» DATA FOR THIS EXERCISE

• • •

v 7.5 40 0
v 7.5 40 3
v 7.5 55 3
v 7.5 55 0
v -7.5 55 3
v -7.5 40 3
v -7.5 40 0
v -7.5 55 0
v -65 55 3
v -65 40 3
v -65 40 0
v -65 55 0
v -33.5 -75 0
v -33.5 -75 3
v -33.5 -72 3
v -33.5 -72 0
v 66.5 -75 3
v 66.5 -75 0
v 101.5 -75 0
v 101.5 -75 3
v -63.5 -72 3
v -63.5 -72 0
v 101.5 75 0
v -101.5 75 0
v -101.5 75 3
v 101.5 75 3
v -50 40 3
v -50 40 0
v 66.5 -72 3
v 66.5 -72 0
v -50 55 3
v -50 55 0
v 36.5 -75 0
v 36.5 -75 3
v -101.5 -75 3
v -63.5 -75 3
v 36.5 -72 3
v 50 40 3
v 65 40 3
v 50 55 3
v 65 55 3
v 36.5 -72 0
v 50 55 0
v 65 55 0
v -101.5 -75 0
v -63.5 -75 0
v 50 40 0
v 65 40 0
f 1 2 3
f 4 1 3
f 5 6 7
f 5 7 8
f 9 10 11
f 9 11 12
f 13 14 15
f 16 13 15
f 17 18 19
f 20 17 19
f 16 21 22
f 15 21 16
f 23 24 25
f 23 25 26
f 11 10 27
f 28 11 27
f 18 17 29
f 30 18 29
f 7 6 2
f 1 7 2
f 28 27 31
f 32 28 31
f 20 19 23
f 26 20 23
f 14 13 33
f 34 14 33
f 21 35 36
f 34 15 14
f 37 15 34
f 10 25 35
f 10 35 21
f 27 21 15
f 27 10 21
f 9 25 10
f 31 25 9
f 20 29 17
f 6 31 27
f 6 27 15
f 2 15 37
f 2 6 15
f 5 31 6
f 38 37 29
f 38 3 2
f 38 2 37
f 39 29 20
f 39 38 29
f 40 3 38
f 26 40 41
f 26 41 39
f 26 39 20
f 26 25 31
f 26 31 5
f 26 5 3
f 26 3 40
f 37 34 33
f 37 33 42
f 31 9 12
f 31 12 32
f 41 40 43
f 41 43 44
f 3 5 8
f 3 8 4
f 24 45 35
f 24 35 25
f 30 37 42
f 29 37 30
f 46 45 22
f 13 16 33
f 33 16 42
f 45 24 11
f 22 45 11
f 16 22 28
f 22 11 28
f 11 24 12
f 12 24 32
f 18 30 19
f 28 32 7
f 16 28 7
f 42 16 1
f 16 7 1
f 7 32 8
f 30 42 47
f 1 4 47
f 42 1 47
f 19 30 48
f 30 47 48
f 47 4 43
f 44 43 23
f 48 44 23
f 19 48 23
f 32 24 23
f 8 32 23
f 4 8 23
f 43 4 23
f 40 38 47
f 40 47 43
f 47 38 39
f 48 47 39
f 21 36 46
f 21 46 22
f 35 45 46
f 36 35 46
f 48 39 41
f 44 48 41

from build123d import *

# Parameters (mm, degrees)
SKETCH1_W           = 203
SKETCH1_H           = 150
BOSS_EXTRUDE1_DEPTH = 3
SKETCH2_W           = 15
SKETCH2_H           = 15
CUT_EXTRUDE1_DEPTH  = 127.238860895
SKETCH3_W           = 30
SKETCH3_H           = 3
CUT_EXTRUDE2_DEPTH  = 10


with BuildPart() as part:
    # Sketch1 → Boss-Extrude1 (new body)
    with BuildSketch(Plane.XY):
        Rectangle(SKETCH1_W, SKETCH1_H)
    extrude(amount=BOSS_EXTRUDE1_DEPTH)

    # Sketch2 → Cut-Extrude1 (cut, through all)
    with BuildSketch(Plane.XY.offset(3)):
        with Locations((-57.5, 47.5)):
            Rectangle(SKETCH2_W, SKETCH2_H)
        with Locations((57.5, 47.5)):
            Rectangle(SKETCH2_W, SKETCH2_H)
        with Locations((0, 47.5)):
            Rectangle(SKETCH2_W, SKETCH2_H)
    extrude(amount=-CUT_EXTRUDE1_DEPTH, mode=Mode.SUBTRACT)

    # Sketch3 → Cut-Extrude2 (cut)
    with BuildSketch(Plane.XY.offset(3)):
        with Locations((-48.5, -73.5)):
            Rectangle(SKETCH3_W, SKETCH3_H)
        with Locations((51.5, -73.5)):
            Rectangle(SKETCH3_W, SKETCH3_H)
    extrude(amount=-CUT_EXTRUDE2_DEPTH, mode=Mode.SUBTRACT)


solid = part.part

• • •

» WHAT IS BEING ASKED
Retype the data exactly as it reads.

» WRITTEN REPLY
v 7.5 40 0
v 7.5 40 3
v 7.5 55 3
v 7.5 55 0
v -7.5 55 3
v -7.5 40 3
v -7.5 40 0
v -7.5 55 0
v -65 55 3
v -65 40 3
v -65 40 0
v -65 55 0
v -33.5 -75 0
v -33.5 -75 3
v -33.5 -72 3
v -33.5 -72 0
v 66.5 -75 3
v 66.5 -75 0
v 101.5 -75 0
v 101.5 -75 3
v -63.5 -72 3
v -63.5 -72 0
v 101.5 75 0
v -101.5 75 0
v -101.5 75 3
v 101.5 75 3
v -50 40 3
v -50 40 0
v 66.5 -72 3
v 66.5 -72 0
v -50 55 3
v -50 55 0
v 36.5 -75 0
v 36.5 -75 3
v -101.5 -75 3
v -63.5 -75 3
v 36.5 -72 3
v 50 40 3
v 65 40 3
v 50 55 3
v 65 55 3
v 36.5 -72 0
v 50 55 0
v 65 55 0
v -101.5 -75 0
v -63.5 -75 0
v 50 40 0
v 65 40 0
f 1 2 3
f 4 1 3
f 5 6 7
f 5 7 8
f 9 10 11
f 9 11 12
f 13 14 15
f 16 13 15
f 17 18 19
f 20 17 19
f 16 21 22
f 15 21 16
f 23 24 25
f 23 25 26
f 11 10 27
f 28 11 27
f 18 17 29
f 30 18 29
f 7 6 2
f 1 7 2
f 28 27 31
f 32 28 31
f 20 19 23
f 26 20 23
f 14 13 33
f 34 14 33
f 21 35 36
f 34 15 14
f 37 15 34
f 10 25 35
f 10 35 21
f 27 21 15
f 27 10 21
f 9 25 10
f 31 25 9
f 20 29 17
f 6 31 27
f 6 27 15
f 2 15 37
f 2 6 15
f 5 31 6
f 38 37 29
f 38 3 2
f 38 2 37
f 39 29 20
f 39 38 29
f 40 3 38
f 26 40 41
f 26 41 39
f 26 39 20
f 26 25 31
f 26 31 5
f 26 5 3
f 26 3 40
f 37 34 33
f 37 33 42
f 31 9 12
f 31 12 32
f 41 40 43
f 41 43 44
f 3 5 8
f 3 8 4
f 24 45 35
f 24 35 25
f 30 37 42
f 29 37 30
f 46 45 22
f 13 16 33
f 33 16 42
f 45 24 11
f 22 45 11
f 16 22 28
f 22 11 28
f 11 24 12
f 12 24 32
f 18 30 19
f 28 32 7
f 16 28 7
f 42 16 1
f 16 7 1
f 7 32 8
f 30 42 47
f 1 4 47
f 42 1 47
f 19 30 48
f 30 47 48
f 47 4 43
f 44 43 23
f 48 44 23
f 19 48 23
f 32 24 23
f 8 32 23
f 4 8 23
f 43 4 23
f 40 38 47
f 40 47 43
f 47 38 39
f 48 47 39
f 21 36 46
f 21 46 22
f 35 45 46
f 36 35 46
f 48 39 41
f 44 48 41

from build123d import *

# Parameters (mm, degrees)
SKETCH1_W           = 203
SKETCH1_H           = 150
BOSS_EXTRUDE1_DEPTH = 3
SKETCH2_W           = 15
SKETCH2_H           = 15
CUT_EXTRUDE1_DEPTH  = 127.238860895
SKETCH3_W           = 30
SKETCH3_H           = 3
CUT_EXTRUDE2_DEPTH  = 10


with BuildPart() as part:
    # Sketch1 → Boss-Extrude1 (new body)
    with BuildSketch(Plane.XY):
        Rectangle(SKETCH1_W, SKETCH1_H)
    extrude(amount=BOSS_EXTRUDE1_DEPTH)

    # Sketch2 → Cut-Extrude1 (cut, through all)
    with BuildSketch(Plane.XY.offset(3)):
        with Locations((-57.5, 47.5)):
            Rectangle(SKETCH2_W, SKETCH2_H)
        with Locations((57.5, 47.5)):
            Rectangle(SKETCH2_W, SKETCH2_H)
        with Locations((0, 47.5)):
            Rectangle(SKETCH2_W, SKETCH2_H)
    extrude(amount=-CUT_EXTRUDE1_DEPTH, mode=Mode.SUBTRACT)

    # Sketch3 → Cut-Extrude2 (cut)
    with BuildSketch(Plane.XY.offset(3)):
        with Locations((-48.5, -73.5)):
            Rectangle(SKETCH3_W, SKETCH3_H)
        with Locations((51.5, -73.5)):
            Rectangle(SKETCH3_W, SKETCH3_H)
    extrude(amount=-CUT_EXTRUDE2_DEPTH, mode=Mode.SUBTRACT)


solid = part.part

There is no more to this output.